Advancing Sexual and Reproductive Health and Rights
 
International Family Planning Perspectives
Volume 34, Number 3, September 2008
DIGEST

Lifetime Abortion Rate In Iran Is Estimated to Be One Per Four Women

In Iran, where abortion is severely restricted by law, married women aged 15–49 have an estimated 73,000 abortions per year, according to a recent analysis of nationally representative data.1 This translates to 0.26 lifetime abortions per woman. However, the abortion rate varies widely among Iran's provinces, depending largely on regional levels of religiosity and modern contraceptive use.

The data used to estimate abortion rates and levels come mainly from a subsample of 87,248 married women aged 15–49 who completed the 2000 Iran Demographic and Health Survey. The women provided information on social and demographic characteristics (including fertility), as well as on factors affecting their reproductive health. Because abortions are difficult to obtain in Iran and are often performed illegally, accurate data on the procedure's incidence were unavailable; thus, the researchers used the so-called residual method to estimate the abortion rate. In this approach, the abortion rate is calculated from a formula that incorporates women's theoretical maximum fertility rate (15.3 children per woman), the total fertility rate for Iran (2.0 children per woman), contraceptive use, postpartum infecundability, and seasonal and absolute spousal separation (due primarily to work-related migration). This rate was then applied to 1996 census data to generate an estimate of the incidence of abortion.

To examine the relationship between abortion and religiosity, the researchers merged data on the estimated abortion rates for Iran's provinces with information from the 1999– 2000 World Values Survey, a 60-country survey of religious attitudes and behavior. The Iranian sample consisted of 2,532 men and women aged 15 or older and represented 26 of the country's 28 provinces. Data on the importance of religion in respondents' lives and the frequency with which respondents attended religious services were used to construct a religiosity scale that ranged from –3 (weak religiosity) to 2 (strong religiosity).

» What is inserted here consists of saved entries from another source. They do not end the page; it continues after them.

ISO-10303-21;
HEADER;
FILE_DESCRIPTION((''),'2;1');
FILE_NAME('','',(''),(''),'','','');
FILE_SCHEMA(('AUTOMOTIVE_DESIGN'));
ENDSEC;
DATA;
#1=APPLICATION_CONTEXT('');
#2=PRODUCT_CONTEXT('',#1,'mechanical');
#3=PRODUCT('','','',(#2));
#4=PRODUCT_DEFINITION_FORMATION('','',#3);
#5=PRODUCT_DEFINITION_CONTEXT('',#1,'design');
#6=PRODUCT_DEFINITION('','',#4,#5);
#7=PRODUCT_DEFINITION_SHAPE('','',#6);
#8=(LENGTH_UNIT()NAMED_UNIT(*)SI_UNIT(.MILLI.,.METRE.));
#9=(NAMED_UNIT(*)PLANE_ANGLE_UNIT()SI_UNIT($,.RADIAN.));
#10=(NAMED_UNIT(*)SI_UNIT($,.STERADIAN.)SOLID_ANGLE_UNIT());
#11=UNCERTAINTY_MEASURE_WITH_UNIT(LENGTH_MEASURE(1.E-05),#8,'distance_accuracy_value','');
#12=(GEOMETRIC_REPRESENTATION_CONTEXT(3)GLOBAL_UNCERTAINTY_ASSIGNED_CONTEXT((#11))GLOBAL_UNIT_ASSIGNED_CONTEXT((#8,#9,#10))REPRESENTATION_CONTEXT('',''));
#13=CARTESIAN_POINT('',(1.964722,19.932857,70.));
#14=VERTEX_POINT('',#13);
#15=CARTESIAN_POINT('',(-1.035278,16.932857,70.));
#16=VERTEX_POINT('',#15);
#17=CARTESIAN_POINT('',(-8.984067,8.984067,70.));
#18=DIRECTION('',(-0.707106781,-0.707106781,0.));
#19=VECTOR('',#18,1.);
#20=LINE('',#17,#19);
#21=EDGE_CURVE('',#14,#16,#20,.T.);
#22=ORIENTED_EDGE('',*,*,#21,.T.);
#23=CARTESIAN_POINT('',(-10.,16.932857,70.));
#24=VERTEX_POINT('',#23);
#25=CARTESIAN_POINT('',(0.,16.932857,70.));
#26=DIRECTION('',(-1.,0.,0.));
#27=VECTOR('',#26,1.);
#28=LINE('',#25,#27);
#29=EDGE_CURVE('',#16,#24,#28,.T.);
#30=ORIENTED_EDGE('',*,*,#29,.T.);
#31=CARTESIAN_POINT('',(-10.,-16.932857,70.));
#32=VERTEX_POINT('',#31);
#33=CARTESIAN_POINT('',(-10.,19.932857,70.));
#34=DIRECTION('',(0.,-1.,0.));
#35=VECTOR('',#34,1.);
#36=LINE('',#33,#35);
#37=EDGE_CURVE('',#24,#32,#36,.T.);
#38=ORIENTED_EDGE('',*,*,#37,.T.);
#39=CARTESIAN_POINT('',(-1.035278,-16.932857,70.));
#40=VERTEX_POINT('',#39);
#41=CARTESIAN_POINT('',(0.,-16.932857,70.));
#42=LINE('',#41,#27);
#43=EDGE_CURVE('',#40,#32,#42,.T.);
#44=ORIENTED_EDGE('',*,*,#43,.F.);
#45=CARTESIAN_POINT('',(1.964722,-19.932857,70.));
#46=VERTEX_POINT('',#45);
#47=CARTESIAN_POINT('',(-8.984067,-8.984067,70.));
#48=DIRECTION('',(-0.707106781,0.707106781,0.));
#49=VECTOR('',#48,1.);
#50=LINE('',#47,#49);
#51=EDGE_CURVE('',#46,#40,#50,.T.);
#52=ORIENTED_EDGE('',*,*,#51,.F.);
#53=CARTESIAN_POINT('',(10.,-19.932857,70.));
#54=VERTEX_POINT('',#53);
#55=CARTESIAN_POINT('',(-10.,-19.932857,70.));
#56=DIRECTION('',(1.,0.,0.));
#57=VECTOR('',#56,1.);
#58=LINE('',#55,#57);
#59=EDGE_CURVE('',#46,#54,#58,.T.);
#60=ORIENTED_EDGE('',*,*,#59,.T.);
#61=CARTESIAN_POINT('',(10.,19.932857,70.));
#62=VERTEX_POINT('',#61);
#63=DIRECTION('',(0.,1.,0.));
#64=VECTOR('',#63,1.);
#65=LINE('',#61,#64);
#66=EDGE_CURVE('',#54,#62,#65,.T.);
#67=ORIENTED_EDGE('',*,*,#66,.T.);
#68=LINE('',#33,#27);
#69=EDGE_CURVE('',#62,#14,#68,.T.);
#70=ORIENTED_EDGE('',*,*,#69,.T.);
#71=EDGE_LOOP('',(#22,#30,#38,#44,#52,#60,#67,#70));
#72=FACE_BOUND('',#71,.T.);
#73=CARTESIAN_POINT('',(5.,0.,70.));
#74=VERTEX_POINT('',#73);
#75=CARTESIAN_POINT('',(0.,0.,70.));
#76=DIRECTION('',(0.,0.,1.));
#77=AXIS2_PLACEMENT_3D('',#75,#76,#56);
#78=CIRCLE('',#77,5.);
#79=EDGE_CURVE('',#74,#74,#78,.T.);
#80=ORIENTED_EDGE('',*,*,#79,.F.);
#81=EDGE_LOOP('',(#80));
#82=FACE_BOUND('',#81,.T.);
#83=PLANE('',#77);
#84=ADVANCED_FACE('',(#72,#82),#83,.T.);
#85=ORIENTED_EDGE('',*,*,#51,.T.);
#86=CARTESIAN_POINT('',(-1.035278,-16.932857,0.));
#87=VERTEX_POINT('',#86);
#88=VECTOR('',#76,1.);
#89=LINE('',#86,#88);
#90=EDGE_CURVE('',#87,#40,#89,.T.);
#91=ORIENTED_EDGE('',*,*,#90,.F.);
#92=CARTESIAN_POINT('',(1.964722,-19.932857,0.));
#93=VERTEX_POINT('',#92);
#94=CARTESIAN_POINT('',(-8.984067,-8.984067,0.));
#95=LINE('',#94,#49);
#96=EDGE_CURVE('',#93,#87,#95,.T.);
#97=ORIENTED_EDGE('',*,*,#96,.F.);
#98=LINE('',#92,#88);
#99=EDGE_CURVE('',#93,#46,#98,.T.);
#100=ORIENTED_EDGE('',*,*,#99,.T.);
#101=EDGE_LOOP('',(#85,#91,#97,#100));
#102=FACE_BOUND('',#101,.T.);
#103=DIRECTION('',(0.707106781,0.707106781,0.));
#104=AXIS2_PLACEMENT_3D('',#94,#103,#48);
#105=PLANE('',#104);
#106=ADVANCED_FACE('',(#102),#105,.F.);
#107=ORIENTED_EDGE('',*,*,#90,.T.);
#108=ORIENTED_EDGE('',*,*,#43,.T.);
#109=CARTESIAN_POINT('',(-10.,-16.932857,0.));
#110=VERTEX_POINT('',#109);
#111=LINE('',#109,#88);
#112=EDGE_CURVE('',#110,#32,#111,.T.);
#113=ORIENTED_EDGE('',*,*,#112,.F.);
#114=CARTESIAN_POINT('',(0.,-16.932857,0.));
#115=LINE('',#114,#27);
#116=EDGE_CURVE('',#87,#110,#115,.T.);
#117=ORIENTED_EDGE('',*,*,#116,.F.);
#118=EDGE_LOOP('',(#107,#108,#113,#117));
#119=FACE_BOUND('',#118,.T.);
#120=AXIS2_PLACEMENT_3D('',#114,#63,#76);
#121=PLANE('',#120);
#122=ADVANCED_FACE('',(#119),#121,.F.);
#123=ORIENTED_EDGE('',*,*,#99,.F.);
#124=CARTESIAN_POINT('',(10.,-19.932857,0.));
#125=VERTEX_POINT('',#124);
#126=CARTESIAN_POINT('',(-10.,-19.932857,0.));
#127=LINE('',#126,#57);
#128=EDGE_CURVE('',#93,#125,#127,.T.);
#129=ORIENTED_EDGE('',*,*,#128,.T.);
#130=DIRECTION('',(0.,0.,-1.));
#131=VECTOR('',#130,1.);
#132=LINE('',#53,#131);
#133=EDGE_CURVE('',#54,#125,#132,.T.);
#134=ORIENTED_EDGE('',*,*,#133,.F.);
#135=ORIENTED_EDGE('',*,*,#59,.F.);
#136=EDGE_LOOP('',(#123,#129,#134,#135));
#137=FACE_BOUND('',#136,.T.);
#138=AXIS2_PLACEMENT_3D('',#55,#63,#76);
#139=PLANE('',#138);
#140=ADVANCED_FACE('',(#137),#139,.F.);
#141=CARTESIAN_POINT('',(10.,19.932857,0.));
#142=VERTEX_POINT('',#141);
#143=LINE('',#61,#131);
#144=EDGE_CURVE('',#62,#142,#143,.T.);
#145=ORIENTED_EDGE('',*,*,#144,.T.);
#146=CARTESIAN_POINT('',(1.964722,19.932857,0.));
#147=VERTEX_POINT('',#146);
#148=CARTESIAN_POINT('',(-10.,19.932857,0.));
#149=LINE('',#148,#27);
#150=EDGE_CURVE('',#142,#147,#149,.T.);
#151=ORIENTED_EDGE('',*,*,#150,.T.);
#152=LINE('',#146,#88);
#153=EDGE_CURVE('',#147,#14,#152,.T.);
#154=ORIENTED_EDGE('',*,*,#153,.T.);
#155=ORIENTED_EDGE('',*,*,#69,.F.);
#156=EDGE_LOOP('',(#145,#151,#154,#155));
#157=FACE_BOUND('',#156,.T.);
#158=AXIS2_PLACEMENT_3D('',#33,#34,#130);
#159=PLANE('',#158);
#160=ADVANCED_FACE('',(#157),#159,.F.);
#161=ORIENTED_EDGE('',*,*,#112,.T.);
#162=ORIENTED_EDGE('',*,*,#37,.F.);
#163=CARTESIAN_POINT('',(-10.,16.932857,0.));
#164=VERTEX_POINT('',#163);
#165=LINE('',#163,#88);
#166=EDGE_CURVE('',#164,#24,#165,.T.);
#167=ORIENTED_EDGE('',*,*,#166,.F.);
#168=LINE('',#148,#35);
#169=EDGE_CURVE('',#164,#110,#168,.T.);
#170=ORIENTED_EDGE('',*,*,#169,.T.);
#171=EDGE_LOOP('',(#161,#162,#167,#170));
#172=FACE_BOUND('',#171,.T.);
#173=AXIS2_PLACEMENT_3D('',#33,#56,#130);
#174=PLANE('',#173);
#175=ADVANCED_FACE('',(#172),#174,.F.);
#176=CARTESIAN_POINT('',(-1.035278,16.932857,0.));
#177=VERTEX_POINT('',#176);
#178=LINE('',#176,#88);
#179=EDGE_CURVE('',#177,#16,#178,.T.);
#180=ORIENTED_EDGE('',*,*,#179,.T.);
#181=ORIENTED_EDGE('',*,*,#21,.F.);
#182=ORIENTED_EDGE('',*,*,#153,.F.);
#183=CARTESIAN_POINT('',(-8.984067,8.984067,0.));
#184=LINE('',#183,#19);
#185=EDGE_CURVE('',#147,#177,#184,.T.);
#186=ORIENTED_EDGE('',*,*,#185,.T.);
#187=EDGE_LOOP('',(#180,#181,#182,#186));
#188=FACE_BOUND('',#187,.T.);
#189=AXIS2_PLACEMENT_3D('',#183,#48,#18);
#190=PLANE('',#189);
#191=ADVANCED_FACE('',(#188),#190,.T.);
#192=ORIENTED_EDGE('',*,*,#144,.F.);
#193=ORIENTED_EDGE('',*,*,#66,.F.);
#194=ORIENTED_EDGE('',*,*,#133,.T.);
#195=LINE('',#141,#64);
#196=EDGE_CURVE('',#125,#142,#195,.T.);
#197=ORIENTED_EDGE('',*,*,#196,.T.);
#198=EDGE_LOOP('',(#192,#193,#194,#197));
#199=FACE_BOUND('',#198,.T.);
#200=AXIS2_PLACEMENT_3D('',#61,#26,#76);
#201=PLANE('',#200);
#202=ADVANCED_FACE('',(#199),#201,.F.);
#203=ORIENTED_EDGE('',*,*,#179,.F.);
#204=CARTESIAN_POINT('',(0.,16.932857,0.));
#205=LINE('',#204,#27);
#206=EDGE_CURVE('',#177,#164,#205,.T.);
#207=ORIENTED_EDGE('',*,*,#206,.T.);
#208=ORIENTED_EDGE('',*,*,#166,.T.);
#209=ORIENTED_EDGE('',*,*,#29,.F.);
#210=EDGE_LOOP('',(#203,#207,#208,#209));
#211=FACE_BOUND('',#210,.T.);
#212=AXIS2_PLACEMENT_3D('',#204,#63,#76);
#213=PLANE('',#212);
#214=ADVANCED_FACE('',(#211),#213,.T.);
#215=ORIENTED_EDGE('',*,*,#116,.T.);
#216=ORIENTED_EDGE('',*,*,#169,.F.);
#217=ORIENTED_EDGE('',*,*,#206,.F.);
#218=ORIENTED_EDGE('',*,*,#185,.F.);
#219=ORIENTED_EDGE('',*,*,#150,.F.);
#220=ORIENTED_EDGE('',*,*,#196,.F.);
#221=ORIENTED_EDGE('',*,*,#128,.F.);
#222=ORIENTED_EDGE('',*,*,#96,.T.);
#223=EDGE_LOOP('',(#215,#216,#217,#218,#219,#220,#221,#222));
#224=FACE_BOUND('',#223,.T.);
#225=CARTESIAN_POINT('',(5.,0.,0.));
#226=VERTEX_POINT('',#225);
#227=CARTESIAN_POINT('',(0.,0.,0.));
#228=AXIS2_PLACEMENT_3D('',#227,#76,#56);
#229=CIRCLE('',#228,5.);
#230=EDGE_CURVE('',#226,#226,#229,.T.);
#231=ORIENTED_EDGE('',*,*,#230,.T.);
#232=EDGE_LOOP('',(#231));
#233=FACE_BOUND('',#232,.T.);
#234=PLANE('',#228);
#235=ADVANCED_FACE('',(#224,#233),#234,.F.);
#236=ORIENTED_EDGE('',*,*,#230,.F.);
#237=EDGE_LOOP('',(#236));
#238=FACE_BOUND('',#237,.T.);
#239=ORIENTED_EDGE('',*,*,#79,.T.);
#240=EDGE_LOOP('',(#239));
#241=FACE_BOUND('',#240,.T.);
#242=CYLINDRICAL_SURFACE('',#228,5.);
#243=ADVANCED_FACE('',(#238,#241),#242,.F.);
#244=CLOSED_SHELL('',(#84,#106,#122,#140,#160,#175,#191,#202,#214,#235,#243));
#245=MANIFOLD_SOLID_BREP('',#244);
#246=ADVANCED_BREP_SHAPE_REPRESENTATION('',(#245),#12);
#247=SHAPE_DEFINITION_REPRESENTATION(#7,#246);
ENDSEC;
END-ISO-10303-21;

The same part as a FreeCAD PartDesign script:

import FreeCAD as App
import Part
import Sketcher

V = App.Vector
Q = App.Units.Quantity


def add_polygon(sketch, points):
    """Adds a closed chain of lines whose ends are joined by coincident constraints."""
    first, n = sketch.GeometryCount, len(points)
    for a, b in zip(points, points[1:] + points[:1]):
        sketch.addGeometry(Part.LineSegment(App.Vector(*a, 0), App.Vector(*b, 0)), False)
    for i in range(n):
        sketch.addConstraint(Sketcher.Constraint("Coincident", first + i, 2, first + (i + 1) % n, 1))

doc = App.newDocument("Part")
body = doc.addObject("PartDesign::Body", "Body")

# Sketch on XY plane
sketch1 = body.newObject("Sketcher::SketchObject", "Sketch")
sketch1.AttachmentSupport = (doc.getObject("XY_Plane"), [""])
sketch1.MapMode = "FlatFace"
add_polygon(sketch1, [(-10, 20), (-10, -20), (10, -20), (10, 20)])  # lines 0-3
sketch1.addConstraint([
    Sketcher.Constraint("Vertical", 0),
    Sketcher.Constraint("Horizontal", 1),
    Sketcher.Constraint("Vertical", 2),
    Sketcher.Constraint("Horizontal", 3),
    Sketcher.Constraint("Symmetric", 0, 2, 2, 2, -1, 1),
    Sketcher.Constraint("DistanceX", 1, 1, 1, 2, Q("20 mm")),
    Sketcher.Constraint("DistanceY", 0, 2, 0, 1, Q("39.865713 mm")),
])
pad1 = body.newObject("PartDesign::Pad", "Pad")
pad1.Profile = sketch1
pad1.Length = 70

# Sketch on XY plane
sketch2 = body.newObject("Sketcher::SketchObject", "Sketch001")
sketch2.AttachmentSupport = (doc.getObject("XY_Plane"), [""])
sketch2.MapMode = "FlatFace"
sketch2.AttachmentOffset = App.Placement(V(0, 0, 70), App.Rotation())
add_polygon(sketch2, [(-10, -19.9), (2, -19.9), (-1, -16.9), (-10, -16.9)])  # lines 0-3
add_polygon(sketch2, [(-10, 19.9), (-10, 16.9), (-1, 16.9), (2, 19.9)])  # lines 4-7
sketch2.addConstraint([
    Sketcher.Constraint("Horizontal", 0),
    Sketcher.Constraint("Horizontal", 2),
    Sketcher.Constraint("Vertical", 3),
    Sketcher.Constraint("Vertical", 4),
    Sketcher.Constraint("Horizontal", 5),
    Sketcher.Constraint("Horizontal", 7),
    Sketcher.Constraint("Symmetric", 2, 2, 4, 2, -1),
    Sketcher.Constraint("Symmetric", 0, 2, 6, 2, -1),
    Sketcher.Constraint("Perpendicular", 1, 6),
    Sketcher.Constraint("Vertical", 1, 2, 5, 2),
    Sketcher.Constraint("DistanceY", 3, 2, 3, 1, Q("3 mm")),
    Sketcher.Constraint("DistanceX", 2, 2, -1, 1, Q("10 mm")),
    Sketcher.Constraint("DistanceX", 0, 1, 0, 2, Q("11.964722 mm")),
    Sketcher.Constraint("DistanceY", 0, 2, -1, 1, Q("19.932857 mm")),
])
pocket1 = body.newObject("PartDesign::Pocket", "Pocket")
pocket1.Profile = sketch2
pocket1.Length = 70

The researchers estimated that among the measured factors that limit fertility, contraceptive use had the greatest effect in Iran, far outweighing the impact of postpartum infecundability and spousal separation. Abortion accounted for 4% of fertility inhibition. Extrapolating from the data, the researchers estimated the total abortion rate to be 0.26 lifetime abortions per woman, which corresponds to a national annual abortion rate of 7.5 per 1,000 married women aged 15–49. Overall, Iranian women have an estimated 73,000 abortions per year. The national rate, the researchers point out, obscures large regional differences: The estimated rate was essentially zero in 10 provinces, while it was more than 40 per 1,000 in Hormozgan (40.6) and Sistan-Baluchestan (46.3). In the remaining 16 provinces, estimated abortion rates ranged between 0.8 and 22.8.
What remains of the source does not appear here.